## [Action item]
Please repeat the listing exactly, starting at its first line and stopping after the line that contains "v 47.056 27.948 0.2".

## [Given information]
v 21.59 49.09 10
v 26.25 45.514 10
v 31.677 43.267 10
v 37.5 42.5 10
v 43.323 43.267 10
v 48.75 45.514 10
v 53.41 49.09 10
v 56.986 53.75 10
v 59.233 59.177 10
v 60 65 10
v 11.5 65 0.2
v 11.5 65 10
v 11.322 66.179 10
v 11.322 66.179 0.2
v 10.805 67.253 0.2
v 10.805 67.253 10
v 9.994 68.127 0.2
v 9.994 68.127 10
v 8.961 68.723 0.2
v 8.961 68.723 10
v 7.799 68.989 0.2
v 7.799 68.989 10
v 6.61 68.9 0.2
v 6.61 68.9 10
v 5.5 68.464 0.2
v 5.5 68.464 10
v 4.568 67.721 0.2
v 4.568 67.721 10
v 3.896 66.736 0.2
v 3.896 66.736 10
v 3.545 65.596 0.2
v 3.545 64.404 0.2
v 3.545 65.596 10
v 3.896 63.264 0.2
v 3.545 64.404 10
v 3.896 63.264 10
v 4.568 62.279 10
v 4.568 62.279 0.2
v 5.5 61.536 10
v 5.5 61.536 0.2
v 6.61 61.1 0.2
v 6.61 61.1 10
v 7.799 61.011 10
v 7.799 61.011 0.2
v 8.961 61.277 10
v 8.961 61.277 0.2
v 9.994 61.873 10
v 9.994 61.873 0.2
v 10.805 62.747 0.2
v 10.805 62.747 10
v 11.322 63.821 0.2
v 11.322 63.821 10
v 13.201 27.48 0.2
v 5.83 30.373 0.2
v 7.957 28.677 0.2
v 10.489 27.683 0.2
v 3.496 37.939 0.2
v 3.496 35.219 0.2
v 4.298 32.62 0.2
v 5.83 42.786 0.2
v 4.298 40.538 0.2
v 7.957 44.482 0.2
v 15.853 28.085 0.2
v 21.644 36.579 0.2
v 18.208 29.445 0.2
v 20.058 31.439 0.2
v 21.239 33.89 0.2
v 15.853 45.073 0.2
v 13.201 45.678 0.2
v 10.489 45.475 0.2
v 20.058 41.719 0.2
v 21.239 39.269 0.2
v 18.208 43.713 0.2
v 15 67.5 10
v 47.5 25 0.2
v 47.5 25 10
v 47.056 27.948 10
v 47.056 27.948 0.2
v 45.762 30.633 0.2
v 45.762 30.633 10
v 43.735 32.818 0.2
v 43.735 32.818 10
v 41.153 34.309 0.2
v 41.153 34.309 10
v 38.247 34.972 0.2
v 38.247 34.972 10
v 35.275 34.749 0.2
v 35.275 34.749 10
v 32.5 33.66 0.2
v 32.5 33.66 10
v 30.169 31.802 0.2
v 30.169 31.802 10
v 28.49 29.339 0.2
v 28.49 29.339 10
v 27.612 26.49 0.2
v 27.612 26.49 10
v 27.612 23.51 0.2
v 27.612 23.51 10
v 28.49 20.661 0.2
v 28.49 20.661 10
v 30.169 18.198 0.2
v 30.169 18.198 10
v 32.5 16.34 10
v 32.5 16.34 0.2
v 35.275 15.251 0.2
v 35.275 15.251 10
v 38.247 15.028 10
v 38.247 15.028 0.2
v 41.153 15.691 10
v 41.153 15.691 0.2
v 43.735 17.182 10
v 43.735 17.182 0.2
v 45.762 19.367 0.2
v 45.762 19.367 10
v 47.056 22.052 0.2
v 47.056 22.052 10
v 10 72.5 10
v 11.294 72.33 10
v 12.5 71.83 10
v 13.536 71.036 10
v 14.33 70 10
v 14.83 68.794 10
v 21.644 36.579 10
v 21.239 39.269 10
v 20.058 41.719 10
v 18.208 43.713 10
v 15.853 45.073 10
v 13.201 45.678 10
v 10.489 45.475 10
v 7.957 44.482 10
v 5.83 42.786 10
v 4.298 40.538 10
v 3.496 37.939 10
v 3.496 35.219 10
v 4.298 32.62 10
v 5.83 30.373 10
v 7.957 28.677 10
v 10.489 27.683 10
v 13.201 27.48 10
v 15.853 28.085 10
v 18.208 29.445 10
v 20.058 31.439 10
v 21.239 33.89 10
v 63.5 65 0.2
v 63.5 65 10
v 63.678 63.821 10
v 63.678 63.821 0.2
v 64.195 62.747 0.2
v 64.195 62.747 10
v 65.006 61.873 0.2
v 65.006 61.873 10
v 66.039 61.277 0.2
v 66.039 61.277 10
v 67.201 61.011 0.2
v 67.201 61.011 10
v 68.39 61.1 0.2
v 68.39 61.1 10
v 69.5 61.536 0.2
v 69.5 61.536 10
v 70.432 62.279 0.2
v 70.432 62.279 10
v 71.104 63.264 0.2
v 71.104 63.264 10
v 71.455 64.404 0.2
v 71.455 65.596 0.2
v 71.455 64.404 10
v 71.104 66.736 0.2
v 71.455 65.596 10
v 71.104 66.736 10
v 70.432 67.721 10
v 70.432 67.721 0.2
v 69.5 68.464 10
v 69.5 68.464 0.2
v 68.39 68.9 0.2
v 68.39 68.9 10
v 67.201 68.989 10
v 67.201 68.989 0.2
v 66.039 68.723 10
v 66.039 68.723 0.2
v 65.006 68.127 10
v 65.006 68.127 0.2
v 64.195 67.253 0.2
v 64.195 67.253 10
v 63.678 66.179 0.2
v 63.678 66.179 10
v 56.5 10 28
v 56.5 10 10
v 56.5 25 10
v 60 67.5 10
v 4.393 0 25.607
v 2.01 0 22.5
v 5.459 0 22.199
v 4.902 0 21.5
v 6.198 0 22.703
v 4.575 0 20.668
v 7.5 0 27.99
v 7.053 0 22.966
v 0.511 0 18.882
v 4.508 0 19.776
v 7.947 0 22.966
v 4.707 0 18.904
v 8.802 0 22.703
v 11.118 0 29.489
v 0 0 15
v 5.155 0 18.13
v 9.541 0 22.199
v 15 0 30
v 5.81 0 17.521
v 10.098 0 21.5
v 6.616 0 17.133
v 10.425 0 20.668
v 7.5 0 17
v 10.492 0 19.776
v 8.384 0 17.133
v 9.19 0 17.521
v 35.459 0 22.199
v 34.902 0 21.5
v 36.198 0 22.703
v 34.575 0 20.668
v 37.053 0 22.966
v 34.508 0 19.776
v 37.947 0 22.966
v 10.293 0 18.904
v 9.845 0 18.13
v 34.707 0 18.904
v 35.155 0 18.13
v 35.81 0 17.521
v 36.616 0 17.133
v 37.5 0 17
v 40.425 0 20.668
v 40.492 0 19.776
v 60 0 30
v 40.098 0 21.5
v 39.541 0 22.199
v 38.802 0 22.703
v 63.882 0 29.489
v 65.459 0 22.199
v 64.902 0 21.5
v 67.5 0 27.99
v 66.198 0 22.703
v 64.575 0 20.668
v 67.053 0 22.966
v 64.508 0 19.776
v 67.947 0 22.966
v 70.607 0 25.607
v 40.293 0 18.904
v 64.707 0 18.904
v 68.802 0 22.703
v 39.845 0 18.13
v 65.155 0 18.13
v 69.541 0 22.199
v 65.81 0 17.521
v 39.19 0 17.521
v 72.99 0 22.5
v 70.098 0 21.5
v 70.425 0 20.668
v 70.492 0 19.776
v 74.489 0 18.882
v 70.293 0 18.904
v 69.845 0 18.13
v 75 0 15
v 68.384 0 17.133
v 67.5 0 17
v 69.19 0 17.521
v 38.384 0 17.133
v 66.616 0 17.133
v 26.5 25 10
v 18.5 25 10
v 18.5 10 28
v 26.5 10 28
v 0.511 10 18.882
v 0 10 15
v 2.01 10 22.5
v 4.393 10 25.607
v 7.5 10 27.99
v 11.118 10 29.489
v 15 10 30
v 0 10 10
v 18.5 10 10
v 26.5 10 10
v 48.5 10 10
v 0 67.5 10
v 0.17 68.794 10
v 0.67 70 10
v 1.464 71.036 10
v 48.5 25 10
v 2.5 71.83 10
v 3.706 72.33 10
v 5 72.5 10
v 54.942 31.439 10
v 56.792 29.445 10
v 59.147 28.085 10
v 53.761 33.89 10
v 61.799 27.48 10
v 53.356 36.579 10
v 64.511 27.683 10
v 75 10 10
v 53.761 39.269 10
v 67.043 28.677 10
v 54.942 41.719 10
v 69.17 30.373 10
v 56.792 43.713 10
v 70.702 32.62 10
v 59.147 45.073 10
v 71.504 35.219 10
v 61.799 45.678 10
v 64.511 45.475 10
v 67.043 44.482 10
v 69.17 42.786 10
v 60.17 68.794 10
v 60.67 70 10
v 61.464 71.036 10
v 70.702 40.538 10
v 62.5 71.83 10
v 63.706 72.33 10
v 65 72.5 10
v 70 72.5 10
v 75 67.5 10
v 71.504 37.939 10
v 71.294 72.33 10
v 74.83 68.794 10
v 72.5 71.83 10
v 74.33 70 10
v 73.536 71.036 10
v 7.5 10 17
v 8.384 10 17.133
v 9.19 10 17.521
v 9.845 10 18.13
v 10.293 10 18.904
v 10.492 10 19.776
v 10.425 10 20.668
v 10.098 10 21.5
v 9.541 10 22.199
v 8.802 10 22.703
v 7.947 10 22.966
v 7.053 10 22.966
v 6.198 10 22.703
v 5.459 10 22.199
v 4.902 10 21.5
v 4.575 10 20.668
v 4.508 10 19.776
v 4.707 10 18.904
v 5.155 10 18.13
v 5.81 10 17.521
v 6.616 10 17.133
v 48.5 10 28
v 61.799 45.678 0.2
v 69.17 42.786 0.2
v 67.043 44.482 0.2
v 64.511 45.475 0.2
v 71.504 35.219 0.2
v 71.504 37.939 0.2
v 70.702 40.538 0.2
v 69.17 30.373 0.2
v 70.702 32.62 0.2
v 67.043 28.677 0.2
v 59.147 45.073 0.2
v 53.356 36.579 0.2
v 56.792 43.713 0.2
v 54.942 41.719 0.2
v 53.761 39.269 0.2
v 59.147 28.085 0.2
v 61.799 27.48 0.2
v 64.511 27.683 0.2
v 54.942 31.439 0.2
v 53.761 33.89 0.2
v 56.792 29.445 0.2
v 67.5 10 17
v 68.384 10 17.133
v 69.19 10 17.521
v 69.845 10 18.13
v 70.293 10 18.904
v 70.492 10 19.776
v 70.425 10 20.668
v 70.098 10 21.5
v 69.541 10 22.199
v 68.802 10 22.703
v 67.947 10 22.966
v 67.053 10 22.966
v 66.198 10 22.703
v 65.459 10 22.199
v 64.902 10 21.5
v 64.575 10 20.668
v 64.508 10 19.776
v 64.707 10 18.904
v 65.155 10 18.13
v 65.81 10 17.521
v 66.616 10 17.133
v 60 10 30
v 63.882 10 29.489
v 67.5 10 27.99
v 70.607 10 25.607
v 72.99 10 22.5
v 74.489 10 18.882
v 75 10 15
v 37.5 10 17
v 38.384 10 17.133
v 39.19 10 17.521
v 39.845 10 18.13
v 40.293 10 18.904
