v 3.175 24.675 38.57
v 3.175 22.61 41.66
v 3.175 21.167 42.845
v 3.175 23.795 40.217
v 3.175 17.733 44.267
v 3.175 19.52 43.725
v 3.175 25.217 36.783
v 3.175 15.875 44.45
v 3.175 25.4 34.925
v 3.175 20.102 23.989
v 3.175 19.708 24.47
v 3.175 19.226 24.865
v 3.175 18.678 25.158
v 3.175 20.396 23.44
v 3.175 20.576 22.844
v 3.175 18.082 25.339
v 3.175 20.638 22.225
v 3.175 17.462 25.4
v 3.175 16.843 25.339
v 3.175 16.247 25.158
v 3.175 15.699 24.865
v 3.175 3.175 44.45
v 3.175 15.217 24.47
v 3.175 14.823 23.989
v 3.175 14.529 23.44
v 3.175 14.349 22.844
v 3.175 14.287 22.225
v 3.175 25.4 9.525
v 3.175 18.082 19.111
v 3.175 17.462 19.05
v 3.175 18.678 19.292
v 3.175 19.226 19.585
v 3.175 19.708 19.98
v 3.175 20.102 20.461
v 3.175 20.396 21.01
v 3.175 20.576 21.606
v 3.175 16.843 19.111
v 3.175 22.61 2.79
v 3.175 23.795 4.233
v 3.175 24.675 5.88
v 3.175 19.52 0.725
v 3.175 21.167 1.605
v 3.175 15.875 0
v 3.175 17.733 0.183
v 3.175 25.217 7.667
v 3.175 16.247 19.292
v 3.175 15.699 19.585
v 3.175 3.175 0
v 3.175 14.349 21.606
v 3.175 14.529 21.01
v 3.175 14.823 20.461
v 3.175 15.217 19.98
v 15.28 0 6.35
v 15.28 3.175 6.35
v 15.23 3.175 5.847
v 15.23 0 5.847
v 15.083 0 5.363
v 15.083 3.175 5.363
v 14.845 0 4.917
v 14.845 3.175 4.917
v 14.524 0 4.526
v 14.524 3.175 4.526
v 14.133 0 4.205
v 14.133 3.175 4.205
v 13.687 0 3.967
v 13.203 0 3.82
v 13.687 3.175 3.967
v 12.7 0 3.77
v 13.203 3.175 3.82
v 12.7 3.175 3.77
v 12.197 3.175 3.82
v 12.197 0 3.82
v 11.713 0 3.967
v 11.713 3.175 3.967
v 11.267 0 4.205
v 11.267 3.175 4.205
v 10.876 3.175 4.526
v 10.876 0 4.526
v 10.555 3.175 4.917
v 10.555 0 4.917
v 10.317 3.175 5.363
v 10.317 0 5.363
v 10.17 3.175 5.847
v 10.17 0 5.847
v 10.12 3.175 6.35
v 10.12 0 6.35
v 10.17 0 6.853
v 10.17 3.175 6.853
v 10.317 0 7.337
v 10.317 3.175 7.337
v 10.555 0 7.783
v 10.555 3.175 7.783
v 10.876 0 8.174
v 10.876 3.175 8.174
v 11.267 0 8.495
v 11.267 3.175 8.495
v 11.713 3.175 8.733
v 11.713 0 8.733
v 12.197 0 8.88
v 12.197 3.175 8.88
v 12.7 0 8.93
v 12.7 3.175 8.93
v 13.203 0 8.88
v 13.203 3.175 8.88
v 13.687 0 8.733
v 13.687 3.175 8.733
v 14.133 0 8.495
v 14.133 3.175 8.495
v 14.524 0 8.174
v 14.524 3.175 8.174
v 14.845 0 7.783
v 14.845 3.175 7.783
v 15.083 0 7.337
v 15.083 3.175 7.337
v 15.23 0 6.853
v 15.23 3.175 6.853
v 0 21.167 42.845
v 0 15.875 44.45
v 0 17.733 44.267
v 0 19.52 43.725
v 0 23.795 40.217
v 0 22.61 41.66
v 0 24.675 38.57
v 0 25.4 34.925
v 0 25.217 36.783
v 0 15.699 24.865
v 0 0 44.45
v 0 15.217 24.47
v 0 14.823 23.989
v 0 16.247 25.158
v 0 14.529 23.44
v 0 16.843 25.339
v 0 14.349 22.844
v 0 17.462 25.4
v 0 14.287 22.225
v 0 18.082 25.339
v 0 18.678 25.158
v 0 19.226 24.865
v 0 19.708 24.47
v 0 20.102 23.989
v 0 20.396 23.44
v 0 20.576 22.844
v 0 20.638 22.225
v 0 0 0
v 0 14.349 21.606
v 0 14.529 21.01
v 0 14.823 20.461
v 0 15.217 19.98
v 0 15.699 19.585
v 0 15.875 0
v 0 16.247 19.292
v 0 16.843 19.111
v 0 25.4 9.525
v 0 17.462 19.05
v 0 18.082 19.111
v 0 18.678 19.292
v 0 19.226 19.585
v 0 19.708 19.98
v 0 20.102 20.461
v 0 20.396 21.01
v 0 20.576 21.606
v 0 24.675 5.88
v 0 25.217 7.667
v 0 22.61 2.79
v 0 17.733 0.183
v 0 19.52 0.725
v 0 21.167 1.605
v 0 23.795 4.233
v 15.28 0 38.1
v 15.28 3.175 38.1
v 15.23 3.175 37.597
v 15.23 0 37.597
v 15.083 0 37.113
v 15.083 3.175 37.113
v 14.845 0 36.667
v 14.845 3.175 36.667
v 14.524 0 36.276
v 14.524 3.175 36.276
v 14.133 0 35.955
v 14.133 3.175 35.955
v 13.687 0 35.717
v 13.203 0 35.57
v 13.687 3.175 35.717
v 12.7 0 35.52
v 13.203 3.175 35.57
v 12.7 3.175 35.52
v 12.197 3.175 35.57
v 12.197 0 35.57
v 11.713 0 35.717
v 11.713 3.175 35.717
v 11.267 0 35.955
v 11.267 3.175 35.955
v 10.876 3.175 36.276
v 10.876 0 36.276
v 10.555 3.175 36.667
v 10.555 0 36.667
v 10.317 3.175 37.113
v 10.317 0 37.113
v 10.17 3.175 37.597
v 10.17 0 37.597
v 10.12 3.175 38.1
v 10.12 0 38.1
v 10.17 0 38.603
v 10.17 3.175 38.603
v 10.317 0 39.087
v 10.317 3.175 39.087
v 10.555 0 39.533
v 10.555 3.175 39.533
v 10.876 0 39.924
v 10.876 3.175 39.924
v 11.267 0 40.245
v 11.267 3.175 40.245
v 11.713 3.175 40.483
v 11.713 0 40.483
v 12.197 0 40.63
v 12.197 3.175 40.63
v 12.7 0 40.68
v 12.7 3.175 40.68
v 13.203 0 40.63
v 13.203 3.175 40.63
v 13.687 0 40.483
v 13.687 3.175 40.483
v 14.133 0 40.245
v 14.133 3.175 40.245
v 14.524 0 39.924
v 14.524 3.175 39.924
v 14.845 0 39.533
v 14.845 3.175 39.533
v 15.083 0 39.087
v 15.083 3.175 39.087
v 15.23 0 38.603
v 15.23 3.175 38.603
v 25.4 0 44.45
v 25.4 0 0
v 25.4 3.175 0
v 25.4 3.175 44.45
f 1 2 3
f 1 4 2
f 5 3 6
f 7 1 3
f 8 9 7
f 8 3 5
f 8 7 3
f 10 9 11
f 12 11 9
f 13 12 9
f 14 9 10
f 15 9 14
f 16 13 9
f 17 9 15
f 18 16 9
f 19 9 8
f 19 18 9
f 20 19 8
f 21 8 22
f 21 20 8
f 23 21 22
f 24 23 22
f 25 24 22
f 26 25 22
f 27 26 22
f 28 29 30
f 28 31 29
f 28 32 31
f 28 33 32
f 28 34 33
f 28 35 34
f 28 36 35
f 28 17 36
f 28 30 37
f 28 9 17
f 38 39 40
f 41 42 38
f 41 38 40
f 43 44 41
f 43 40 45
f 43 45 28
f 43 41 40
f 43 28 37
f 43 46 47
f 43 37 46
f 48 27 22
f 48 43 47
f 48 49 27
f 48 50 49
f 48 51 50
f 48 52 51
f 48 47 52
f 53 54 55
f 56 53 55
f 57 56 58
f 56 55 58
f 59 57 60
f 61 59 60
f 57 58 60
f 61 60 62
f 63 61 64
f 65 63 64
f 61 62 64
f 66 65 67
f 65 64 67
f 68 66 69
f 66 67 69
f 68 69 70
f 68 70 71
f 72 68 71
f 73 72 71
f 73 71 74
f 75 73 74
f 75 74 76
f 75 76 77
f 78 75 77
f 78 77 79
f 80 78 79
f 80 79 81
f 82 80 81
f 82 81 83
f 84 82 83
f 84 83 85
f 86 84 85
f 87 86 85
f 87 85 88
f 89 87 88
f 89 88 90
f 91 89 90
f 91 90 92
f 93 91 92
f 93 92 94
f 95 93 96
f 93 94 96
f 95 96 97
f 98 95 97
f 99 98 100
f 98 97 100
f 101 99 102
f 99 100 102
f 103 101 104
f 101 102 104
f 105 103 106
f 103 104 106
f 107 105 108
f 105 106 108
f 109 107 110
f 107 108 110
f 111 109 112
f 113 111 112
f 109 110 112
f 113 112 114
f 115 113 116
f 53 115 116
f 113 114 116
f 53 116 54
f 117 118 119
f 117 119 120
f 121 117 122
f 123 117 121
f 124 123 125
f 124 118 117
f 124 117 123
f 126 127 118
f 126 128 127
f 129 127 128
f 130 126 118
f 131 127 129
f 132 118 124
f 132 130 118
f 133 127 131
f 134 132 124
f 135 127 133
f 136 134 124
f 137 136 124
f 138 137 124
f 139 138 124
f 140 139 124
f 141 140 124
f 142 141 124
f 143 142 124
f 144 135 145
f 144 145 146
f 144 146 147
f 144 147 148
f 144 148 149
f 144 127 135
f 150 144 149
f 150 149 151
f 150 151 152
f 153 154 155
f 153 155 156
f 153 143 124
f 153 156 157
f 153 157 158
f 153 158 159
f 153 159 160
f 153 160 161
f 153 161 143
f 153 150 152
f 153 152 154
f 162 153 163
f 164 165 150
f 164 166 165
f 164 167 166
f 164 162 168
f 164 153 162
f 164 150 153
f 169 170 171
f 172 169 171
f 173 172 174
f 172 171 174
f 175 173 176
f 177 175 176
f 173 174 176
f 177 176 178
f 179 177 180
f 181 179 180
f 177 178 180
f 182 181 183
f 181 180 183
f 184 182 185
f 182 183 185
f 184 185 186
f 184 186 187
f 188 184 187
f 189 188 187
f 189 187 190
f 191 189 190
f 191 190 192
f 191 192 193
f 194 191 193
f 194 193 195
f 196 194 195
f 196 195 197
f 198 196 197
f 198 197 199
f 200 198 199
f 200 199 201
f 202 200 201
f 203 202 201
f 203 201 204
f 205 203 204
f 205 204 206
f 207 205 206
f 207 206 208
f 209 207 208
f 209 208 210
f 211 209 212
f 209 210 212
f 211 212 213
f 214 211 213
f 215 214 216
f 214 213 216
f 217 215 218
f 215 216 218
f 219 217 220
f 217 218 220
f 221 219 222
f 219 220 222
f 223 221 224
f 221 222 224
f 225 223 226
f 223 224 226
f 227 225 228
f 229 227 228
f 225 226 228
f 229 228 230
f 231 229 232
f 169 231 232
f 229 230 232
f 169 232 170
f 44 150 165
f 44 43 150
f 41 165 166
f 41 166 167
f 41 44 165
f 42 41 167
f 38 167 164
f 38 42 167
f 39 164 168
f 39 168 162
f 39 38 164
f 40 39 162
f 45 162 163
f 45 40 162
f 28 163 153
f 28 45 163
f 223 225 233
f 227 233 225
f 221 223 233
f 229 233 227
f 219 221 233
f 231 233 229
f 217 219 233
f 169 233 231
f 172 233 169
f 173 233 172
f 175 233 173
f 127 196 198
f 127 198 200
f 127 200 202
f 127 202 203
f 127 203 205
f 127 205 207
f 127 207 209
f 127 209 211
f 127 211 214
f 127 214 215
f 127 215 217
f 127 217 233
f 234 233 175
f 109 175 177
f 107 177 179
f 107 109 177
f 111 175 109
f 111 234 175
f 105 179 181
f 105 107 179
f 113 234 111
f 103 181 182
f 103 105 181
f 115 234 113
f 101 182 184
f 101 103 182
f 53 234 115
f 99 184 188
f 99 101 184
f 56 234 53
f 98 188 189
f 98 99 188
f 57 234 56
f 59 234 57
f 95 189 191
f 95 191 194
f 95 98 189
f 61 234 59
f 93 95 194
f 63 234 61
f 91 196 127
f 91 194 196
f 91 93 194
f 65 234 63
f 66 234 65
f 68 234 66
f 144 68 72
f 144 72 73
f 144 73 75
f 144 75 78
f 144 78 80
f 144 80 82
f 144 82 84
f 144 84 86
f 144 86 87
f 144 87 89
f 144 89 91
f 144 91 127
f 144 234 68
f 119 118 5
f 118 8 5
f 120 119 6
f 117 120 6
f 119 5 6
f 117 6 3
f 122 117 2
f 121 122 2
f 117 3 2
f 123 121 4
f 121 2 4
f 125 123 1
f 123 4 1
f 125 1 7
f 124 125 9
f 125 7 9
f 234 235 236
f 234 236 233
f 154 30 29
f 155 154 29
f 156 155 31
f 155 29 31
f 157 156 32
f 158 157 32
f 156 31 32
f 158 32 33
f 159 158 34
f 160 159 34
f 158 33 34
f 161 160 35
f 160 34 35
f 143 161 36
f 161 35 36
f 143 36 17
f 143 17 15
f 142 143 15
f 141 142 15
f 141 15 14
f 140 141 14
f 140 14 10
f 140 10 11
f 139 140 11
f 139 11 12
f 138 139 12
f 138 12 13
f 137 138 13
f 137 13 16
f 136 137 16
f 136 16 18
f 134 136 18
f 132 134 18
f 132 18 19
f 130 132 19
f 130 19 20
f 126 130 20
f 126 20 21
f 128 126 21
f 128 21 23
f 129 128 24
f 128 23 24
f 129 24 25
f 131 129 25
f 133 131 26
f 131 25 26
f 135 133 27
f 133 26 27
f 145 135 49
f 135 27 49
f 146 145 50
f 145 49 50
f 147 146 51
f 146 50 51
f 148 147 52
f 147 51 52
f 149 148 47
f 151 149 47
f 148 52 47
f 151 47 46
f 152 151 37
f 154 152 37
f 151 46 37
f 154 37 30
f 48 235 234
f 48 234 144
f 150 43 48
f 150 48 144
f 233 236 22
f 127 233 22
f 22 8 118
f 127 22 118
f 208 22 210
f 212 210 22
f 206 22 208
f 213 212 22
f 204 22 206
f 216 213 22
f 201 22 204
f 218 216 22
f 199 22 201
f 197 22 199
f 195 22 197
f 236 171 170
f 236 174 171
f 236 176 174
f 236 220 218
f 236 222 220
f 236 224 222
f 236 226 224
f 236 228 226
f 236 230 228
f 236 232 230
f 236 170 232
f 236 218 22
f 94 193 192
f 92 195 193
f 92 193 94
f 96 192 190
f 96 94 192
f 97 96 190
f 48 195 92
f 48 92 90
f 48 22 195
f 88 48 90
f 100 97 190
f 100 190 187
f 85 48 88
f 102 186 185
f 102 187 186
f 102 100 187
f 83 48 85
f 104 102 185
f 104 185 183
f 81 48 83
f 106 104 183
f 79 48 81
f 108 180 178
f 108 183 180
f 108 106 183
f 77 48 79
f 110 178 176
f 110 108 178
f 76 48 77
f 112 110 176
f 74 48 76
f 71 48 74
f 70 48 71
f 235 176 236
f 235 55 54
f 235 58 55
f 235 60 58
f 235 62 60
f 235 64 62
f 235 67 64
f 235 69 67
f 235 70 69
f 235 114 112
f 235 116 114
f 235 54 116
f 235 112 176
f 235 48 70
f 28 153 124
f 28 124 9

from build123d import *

# Parameters (mm, degrees)
BOSS_EXTRUDE1_DEPTH              = 44.45
F_1_4_0_25_DIAMETER_HOLE2_D      = 6.35
FILLET1_R                        = 9.525
F_13_64_0_20313_DIAMETER_HOLE1_D = 5.159375


with BuildPart() as part:
    # Sketch1 → Boss-Extrude1 (new body)
    with BuildSketch(Plane.XY):
        Polygon((0, 0), (0, 25.4), (3.175, 25.4), (3.175, 3.175), (25.4, 3.175), (25.4, 0), align=None)
    extrude(amount=BOSS_EXTRUDE1_DEPTH)

    # 1/4 (0.25) Diameter Hole2 (through all)
    with Locations(Plane.ZY):
        with Locations((22.225, 17.4625)):
            Hole(F_1_4_0_25_DIAMETER_HOLE2_D / 2)

    # Fillet1
    fillet1_edges = [part.edges().sort_by_distance(p)[0] for p in [
        (1.5875, 25.4, 44.45),
        (1.5875, 25.4, 0),
    ]]
    fillet(fillet1_edges, radius=FILLET1_R)

    # 13/64 (0.20313) Diameter Hole1 (through all)
    with Locations(Plane(origin=(0, 0, 0), x_dir=(-1, 0, 0), z_dir=(0, -1, 0))):
        with Locations((-12.7, -38.1), (-12.7, -6.35)):
            Hole(F_13_64_0_20313_DIAMETER_HOLE1_D / 2)


solid = part.part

## [Written solution]
v 21.59 49.09 10
v 26.25 45.514 10
v 31.677 43.267 10
v 37.5 42.5 10
v 43.323 43.267 10
v 48.75 45.514 10
v 53.41 49.09 10
v 56.986 53.75 10
v 59.233 59.177 10
v 60 65 10
v 11.5 65 0.2
v 11.5 65 10
v 11.322 66.179 10
v 11.322 66.179 0.2
v 10.805 67.253 0.2
v 10.805 67.253 10
v 9.994 68.127 0.2
v 9.994 68.127 10
v 8.961 68.723 0.2
v 8.961 68.723 10
v 7.799 68.989 0.2
v 7.799 68.989 10
v 6.61 68.9 0.2
v 6.61 68.9 10
v 5.5 68.464 0.2
v 5.5 68.464 10
v 4.568 67.721 0.2
v 4.568 67.721 10
v 3.896 66.736 0.2
v 3.896 66.736 10
v 3.545 65.596 0.2
v 3.545 64.404 0.2
v 3.545 65.596 10
v 3.896 63.264 0.2
v 3.545 64.404 10
v 3.896 63.264 10
v 4.568 62.279 10
v 4.568 62.279 0.2
v 5.5 61.536 10
v 5.5 61.536 0.2
v 6.61 61.1 0.2
v 6.61 61.1 10
v 7.799 61.011 10
v 7.799 61.011 0.2
v 8.961 61.277 10
v 8.961 61.277 0.2
v 9.994 61.873 10
v 9.994 61.873 0.2
v 10.805 62.747 0.2
v 10.805 62.747 10
v 11.322 63.821 0.2
v 11.322 63.821 10
v 13.201 27.48 0.2
v 5.83 30.373 0.2
v 7.957 28.677 0.2
v 10.489 27.683 0.2
v 3.496 37.939 0.2
v 3.496 35.219 0.2
v 4.298 32.62 0.2
v 5.83 42.786 0.2
v 4.298 40.538 0.2
v 7.957 44.482 0.2
v 15.853 28.085 0.2
v 21.644 36.579 0.2
v 18.208 29.445 0.2
v 20.058 31.439 0.2
v 21.239 33.89 0.2
v 15.853 45.073 0.2
v 13.201 45.678 0.2
v 10.489 45.475 0.2
v 20.058 41.719 0.2
v 21.239 39.269 0.2
v 18.208 43.713 0.2
v 15 67.5 10
v 47.5 25 0.2
v 47.5 25 10
v 47.056 27.948 10
v 47.056 27.948 0.2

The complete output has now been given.